By Kyle Ffrench
Article III, §2 of the U.S. Constitution limits the jurisdiction of the federal courts to cases and controversies. One element of the cases and controversies requirement is that a plaintiff has standing to sue ensuring plaintiffs bringing a case before the court have an actual stake in the litigation and are not wasting the valuable time and resources of the court. To establish standing, a plaintiff bears the burden of establishing at minimum three requirements set forth by the Supreme Court: (1) an injury-in-fact that is concrete and particularized; (2) causation that is fairly traceable to the defendant; and (3) that a favorable outcome for the plaintiff will remedy the injury. The injury-in-fact requirement has been further clarified as an invasion of a legally protected interest that is concrete and particularized and is actual or imminent not merely speculative.

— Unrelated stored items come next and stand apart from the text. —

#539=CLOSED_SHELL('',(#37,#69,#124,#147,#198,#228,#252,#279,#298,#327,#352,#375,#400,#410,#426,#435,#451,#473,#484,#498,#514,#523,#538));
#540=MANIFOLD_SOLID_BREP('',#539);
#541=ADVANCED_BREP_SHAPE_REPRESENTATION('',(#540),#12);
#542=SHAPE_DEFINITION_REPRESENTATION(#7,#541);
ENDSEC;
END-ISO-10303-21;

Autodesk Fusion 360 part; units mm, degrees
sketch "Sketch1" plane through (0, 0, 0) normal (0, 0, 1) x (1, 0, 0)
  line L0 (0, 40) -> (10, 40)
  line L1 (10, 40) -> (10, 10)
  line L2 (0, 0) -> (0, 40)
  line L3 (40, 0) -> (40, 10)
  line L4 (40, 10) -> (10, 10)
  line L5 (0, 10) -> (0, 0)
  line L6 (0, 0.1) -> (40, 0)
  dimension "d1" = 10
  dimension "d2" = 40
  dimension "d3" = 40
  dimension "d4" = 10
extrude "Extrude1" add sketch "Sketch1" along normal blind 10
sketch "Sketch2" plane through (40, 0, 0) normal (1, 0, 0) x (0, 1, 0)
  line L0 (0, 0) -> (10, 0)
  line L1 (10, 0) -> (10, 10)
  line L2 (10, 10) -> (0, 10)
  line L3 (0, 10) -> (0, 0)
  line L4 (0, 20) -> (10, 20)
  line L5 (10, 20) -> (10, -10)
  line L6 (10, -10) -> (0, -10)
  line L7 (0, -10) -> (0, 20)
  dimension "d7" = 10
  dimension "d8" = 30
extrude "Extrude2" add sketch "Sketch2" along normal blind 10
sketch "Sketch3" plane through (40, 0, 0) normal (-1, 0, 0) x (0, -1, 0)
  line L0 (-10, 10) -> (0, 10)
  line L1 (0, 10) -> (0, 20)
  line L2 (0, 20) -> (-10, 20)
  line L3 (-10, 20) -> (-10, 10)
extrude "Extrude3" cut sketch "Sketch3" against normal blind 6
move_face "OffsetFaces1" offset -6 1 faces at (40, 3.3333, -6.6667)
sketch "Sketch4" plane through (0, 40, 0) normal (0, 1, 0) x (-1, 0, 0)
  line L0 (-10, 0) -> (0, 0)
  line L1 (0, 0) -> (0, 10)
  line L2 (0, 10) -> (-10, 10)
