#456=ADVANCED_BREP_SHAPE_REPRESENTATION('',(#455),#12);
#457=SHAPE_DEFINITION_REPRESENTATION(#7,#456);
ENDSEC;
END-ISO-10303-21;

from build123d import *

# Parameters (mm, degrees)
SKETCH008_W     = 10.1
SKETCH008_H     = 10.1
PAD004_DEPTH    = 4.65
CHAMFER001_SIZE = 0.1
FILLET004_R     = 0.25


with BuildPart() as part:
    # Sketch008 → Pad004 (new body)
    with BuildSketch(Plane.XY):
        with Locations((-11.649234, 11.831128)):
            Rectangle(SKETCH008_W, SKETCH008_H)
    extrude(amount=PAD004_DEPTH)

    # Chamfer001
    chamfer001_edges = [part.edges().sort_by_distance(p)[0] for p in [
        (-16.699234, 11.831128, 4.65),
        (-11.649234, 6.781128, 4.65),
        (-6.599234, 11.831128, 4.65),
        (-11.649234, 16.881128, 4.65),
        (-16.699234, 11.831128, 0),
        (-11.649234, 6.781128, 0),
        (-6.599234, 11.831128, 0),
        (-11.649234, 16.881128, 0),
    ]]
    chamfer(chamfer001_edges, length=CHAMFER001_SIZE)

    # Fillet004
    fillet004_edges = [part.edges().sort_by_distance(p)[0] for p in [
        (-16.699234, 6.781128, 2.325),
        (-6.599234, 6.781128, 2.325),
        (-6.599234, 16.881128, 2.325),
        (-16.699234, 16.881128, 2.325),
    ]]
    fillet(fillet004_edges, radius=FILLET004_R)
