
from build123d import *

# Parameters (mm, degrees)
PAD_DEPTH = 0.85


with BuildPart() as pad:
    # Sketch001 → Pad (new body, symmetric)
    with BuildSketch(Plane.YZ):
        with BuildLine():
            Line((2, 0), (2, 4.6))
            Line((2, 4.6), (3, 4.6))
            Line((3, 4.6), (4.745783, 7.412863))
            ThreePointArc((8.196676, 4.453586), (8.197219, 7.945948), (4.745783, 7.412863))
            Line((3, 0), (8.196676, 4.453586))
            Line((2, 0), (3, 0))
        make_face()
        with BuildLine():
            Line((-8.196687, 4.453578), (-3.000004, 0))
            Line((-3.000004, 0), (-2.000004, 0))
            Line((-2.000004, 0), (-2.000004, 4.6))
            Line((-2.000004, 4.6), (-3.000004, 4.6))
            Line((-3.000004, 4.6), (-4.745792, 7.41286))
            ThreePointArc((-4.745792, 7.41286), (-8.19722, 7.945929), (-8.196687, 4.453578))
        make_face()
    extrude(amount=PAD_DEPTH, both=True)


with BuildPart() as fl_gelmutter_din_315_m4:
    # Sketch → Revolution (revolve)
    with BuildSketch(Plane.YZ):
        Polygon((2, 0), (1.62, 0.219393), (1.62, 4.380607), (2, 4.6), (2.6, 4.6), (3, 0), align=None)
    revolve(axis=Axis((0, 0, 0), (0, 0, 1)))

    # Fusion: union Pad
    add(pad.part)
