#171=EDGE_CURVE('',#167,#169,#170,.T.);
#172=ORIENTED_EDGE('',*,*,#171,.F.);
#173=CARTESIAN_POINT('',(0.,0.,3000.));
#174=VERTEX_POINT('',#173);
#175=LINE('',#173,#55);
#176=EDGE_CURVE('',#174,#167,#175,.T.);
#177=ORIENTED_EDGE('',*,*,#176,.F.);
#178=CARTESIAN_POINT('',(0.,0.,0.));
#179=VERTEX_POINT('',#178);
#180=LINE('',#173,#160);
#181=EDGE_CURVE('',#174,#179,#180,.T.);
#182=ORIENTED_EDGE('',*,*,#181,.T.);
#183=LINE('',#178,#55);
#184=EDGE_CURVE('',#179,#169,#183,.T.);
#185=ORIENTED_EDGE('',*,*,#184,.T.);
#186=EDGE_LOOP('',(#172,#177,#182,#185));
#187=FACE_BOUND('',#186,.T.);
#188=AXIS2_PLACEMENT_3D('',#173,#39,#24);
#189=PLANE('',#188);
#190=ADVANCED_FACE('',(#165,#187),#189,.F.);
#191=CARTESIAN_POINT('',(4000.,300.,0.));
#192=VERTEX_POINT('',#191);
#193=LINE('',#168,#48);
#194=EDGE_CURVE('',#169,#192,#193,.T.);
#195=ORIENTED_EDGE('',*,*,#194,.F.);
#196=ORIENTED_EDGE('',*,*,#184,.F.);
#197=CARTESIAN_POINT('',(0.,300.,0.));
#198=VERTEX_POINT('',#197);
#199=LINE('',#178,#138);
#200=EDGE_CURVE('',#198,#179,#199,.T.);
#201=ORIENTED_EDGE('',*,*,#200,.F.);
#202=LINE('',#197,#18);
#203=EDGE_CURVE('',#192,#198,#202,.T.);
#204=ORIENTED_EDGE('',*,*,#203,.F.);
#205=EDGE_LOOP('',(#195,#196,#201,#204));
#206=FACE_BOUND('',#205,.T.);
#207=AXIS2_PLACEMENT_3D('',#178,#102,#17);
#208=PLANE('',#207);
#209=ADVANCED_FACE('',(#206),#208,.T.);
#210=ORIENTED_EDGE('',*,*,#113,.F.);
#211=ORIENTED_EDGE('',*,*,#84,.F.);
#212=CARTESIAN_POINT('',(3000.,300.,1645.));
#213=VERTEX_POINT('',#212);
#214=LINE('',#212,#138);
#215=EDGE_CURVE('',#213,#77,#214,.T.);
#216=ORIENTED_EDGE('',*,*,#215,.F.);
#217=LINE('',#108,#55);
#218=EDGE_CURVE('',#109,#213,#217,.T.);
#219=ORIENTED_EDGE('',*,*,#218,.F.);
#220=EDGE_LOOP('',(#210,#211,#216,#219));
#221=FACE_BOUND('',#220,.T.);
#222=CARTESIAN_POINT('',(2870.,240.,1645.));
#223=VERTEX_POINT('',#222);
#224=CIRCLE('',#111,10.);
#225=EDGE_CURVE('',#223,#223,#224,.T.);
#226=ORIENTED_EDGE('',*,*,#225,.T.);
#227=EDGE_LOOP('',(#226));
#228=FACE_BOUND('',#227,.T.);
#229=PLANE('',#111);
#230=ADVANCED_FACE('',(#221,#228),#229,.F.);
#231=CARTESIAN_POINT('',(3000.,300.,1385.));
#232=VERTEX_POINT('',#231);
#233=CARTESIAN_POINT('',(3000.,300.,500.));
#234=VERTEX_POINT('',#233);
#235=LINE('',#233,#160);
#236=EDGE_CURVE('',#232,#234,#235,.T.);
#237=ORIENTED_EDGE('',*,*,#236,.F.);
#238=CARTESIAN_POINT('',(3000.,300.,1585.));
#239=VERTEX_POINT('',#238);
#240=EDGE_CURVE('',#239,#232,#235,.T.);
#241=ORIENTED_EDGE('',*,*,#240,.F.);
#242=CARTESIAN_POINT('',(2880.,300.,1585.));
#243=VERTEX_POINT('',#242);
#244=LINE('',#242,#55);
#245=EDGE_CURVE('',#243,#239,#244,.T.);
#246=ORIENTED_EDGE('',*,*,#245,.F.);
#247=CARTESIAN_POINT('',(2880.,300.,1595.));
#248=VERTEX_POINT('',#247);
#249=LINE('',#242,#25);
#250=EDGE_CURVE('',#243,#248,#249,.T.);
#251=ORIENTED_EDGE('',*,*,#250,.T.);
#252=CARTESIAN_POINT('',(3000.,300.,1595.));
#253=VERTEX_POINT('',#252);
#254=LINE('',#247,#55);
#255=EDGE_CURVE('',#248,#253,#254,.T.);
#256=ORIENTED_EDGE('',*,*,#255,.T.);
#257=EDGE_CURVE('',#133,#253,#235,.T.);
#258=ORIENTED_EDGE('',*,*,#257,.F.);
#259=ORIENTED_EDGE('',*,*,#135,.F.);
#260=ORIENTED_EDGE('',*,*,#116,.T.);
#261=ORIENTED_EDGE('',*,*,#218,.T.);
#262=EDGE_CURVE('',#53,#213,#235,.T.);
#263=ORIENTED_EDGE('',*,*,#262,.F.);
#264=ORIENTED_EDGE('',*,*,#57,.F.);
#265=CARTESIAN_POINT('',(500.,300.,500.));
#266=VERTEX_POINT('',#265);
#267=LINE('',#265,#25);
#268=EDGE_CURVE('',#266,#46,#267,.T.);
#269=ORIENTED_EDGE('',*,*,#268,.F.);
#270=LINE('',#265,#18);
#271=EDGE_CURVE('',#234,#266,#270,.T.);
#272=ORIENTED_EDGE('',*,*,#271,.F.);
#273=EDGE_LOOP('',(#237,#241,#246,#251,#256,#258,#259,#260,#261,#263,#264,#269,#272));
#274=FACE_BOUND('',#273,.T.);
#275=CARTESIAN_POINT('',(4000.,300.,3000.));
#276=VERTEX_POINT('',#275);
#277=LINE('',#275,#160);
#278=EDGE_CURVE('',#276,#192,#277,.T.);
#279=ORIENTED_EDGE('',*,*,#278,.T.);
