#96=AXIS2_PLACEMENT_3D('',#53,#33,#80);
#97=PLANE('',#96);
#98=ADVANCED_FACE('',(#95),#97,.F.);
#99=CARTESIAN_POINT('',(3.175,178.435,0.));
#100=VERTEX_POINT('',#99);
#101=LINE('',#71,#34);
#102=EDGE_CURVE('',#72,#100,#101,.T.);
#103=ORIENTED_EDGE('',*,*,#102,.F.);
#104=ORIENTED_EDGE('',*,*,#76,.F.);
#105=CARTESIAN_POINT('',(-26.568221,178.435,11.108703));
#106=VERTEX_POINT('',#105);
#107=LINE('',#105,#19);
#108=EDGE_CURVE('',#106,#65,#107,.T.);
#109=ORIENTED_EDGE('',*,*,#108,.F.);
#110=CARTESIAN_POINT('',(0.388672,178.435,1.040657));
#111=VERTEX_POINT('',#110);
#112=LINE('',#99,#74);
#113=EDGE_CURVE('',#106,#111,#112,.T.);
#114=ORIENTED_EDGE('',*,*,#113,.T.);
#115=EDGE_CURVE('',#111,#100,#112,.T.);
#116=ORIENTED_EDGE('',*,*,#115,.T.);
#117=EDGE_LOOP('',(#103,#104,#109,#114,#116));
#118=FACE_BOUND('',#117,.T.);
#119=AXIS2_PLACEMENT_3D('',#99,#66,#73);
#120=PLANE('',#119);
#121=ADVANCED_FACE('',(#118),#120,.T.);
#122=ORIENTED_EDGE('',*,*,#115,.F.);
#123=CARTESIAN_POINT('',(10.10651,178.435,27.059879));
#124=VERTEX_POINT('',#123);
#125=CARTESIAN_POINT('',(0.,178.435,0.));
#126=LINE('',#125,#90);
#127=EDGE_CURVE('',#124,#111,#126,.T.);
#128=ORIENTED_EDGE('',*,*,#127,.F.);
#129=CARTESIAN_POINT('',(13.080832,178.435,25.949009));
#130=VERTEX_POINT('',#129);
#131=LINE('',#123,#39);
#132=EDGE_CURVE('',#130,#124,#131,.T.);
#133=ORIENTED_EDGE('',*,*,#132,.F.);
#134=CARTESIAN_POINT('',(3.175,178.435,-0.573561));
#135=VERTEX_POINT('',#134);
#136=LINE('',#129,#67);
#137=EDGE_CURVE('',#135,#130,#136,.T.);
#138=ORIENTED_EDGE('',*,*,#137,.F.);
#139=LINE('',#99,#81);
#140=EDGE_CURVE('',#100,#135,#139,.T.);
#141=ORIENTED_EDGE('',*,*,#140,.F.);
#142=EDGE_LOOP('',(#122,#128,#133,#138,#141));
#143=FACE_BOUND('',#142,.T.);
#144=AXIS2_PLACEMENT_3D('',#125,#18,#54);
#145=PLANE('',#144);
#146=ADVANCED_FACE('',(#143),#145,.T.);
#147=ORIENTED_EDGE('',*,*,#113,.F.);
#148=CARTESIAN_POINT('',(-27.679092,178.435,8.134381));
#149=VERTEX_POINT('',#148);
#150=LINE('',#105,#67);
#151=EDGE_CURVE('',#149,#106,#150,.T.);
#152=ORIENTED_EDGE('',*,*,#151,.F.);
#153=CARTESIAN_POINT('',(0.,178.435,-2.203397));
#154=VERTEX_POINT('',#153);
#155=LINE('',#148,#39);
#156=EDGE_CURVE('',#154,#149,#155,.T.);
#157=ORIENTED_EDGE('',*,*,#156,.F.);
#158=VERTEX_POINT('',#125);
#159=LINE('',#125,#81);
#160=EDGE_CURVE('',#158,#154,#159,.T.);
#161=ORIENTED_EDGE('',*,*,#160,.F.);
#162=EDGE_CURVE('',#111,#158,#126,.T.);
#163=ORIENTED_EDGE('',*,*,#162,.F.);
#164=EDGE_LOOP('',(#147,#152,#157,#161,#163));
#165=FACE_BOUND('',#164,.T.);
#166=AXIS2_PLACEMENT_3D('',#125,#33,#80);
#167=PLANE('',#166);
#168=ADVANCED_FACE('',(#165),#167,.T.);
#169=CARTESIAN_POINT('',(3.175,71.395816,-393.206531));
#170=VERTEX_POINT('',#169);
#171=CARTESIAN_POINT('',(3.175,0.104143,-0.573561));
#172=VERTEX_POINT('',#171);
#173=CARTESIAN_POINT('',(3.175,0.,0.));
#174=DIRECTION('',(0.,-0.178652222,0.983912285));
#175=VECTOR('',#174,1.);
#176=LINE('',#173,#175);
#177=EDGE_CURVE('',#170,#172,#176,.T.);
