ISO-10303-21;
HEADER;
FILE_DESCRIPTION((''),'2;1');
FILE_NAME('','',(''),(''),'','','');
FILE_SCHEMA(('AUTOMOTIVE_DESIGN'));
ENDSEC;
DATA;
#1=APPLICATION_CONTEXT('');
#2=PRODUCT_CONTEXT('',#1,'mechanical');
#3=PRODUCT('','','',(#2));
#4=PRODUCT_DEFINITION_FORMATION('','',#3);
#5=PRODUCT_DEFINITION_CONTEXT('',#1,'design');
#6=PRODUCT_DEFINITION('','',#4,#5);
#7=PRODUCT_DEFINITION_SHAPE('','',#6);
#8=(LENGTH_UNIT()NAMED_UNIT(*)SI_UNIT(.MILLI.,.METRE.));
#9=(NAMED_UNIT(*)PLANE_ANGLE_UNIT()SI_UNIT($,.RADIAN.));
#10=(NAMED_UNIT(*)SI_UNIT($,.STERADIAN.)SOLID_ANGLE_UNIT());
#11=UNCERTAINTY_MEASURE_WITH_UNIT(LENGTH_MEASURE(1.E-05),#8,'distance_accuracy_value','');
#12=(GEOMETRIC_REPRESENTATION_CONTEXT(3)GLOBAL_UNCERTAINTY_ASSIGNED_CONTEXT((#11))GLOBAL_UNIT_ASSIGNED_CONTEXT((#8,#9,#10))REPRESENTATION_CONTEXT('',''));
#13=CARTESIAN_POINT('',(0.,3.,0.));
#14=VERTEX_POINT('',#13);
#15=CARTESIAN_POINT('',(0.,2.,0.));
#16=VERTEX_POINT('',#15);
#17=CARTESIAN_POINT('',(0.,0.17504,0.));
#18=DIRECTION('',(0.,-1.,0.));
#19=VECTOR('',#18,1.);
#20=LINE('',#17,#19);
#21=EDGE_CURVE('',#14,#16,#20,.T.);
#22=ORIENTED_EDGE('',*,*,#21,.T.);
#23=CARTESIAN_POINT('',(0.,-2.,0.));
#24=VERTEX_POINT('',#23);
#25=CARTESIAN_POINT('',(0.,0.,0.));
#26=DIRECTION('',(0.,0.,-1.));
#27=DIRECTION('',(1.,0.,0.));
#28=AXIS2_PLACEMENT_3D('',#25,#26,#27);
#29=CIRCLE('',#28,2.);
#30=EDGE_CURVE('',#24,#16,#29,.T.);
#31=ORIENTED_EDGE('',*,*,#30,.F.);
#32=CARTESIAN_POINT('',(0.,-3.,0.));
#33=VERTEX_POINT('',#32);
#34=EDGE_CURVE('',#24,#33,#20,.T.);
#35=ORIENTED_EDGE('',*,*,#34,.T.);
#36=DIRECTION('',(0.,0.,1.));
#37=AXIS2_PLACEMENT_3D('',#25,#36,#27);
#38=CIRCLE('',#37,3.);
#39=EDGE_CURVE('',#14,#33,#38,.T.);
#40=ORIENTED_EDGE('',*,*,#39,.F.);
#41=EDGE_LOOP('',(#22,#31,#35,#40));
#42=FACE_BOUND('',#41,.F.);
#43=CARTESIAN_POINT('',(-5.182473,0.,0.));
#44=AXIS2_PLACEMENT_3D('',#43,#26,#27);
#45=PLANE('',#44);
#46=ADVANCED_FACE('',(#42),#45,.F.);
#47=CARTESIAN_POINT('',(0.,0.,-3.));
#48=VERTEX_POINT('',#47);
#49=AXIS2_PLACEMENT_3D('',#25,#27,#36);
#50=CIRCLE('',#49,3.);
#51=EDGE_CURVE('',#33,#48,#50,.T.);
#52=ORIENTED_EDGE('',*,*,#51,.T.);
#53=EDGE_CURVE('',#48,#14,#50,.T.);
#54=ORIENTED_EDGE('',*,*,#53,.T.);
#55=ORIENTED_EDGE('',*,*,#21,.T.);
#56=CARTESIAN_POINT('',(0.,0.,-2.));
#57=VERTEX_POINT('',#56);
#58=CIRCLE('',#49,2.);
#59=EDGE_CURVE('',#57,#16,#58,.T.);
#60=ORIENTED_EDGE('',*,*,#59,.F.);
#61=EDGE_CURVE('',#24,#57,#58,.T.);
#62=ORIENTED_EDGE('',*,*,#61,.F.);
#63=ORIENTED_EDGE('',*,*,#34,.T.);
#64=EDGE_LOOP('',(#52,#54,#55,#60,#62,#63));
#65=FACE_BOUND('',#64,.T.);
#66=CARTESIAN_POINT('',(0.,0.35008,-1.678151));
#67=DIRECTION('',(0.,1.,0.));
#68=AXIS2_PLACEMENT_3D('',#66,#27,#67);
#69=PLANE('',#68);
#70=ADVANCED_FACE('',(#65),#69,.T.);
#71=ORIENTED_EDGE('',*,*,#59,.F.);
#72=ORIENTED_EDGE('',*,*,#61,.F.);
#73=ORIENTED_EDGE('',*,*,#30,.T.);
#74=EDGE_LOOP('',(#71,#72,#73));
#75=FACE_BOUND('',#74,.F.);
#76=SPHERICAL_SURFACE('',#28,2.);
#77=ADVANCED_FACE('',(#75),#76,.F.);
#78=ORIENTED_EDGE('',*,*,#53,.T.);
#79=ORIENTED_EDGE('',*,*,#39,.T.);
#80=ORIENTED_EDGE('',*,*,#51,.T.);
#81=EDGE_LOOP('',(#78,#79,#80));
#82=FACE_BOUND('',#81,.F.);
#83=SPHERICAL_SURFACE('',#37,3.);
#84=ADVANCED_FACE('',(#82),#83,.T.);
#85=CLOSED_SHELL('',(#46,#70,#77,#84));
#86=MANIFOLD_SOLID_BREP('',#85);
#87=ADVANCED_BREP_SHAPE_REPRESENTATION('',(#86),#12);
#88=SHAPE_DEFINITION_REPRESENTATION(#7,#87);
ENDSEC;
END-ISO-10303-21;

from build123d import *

# Parameters (mm, degrees)
F2_W     = 11.701234
F2_H     = 3.628718
F3_DEPTH = 12.5
F4_W     = 13.054848
F4_H     = 7.580234
F5_DEPTH = 25


with BuildPart() as f1:
    # F0 (on Front) → F1 (revolve)
    with BuildSketch(Plane.XZ):
        with BuildLine():
            Line((0, -2), (0, -3))
            ThreePointArc((0, -3), (3, 0), (0, 3))
            Line((0, 3), (0, 2))
            ThreePointArc((0, 2), (2, 0), (0, -2))
        make_face()
    revolve(axis=Axis((0, 0, 0), (0, 0, -1)))

    # F2 (on Front) → F3 (cut, symmetric)
    with BuildSketch(Plane.XZ):
        with Locations((0.668144, 1.814359)):
            Rectangle(F2_W, F2_H)
    extrude(amount=F3_DEPTH, both=True, mode=Mode.SUBTRACT)

    # F4 (on Right) → F5 (cut)
    with BuildSketch(Plane.YZ):
        with Locations((0.35008, -1.678151)):
            Rectangle(F4_W, F4_H)
    extrude(amount=F5_DEPTH, mode=Mode.SUBTRACT)


solid = f1.part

This has been the main contention in class action data breach cases in recent years. The Supreme Court held that plaintiffs in Clapper v. Amnesty Int’l, 568 U.S. 398 (2013), lacked standing to sue based on the theory of future potential injury which the Court found too speculative to satisfy the established requirement that the threatened injury be certainly impending. In Clapper, a broad class of plaintiffs brought a facial challenge to a provision of the Federal Intelligence Surveillance Act (FISA) arguing the provision violated their constitutional rights and that their communications with non-U.S. citizens would be impermissibly recorded under FISA.
Recently, the Ninth Circuit considered a case stemming from a breach of Zappos.com’s servers in which hackers stole personal identifying information of more than 24 million customers including names, account numbers, passwords, email addresses, billing and shipping addresses, telephone numbers and credit and debit card information. The district court distinguished between the two sets of plaintiffs dismissing those who did not allege actual financial losses stemming from identify theft and allowing those who did to proceed. The Ninth Circuit reversed the district court’s decision on the first set of plaintiffs despite no showing of actual harm from the breach finding that the plaintiffs sufficiently alleged injury-in-fact based on an increased risk that the hackers would commit identity fraud.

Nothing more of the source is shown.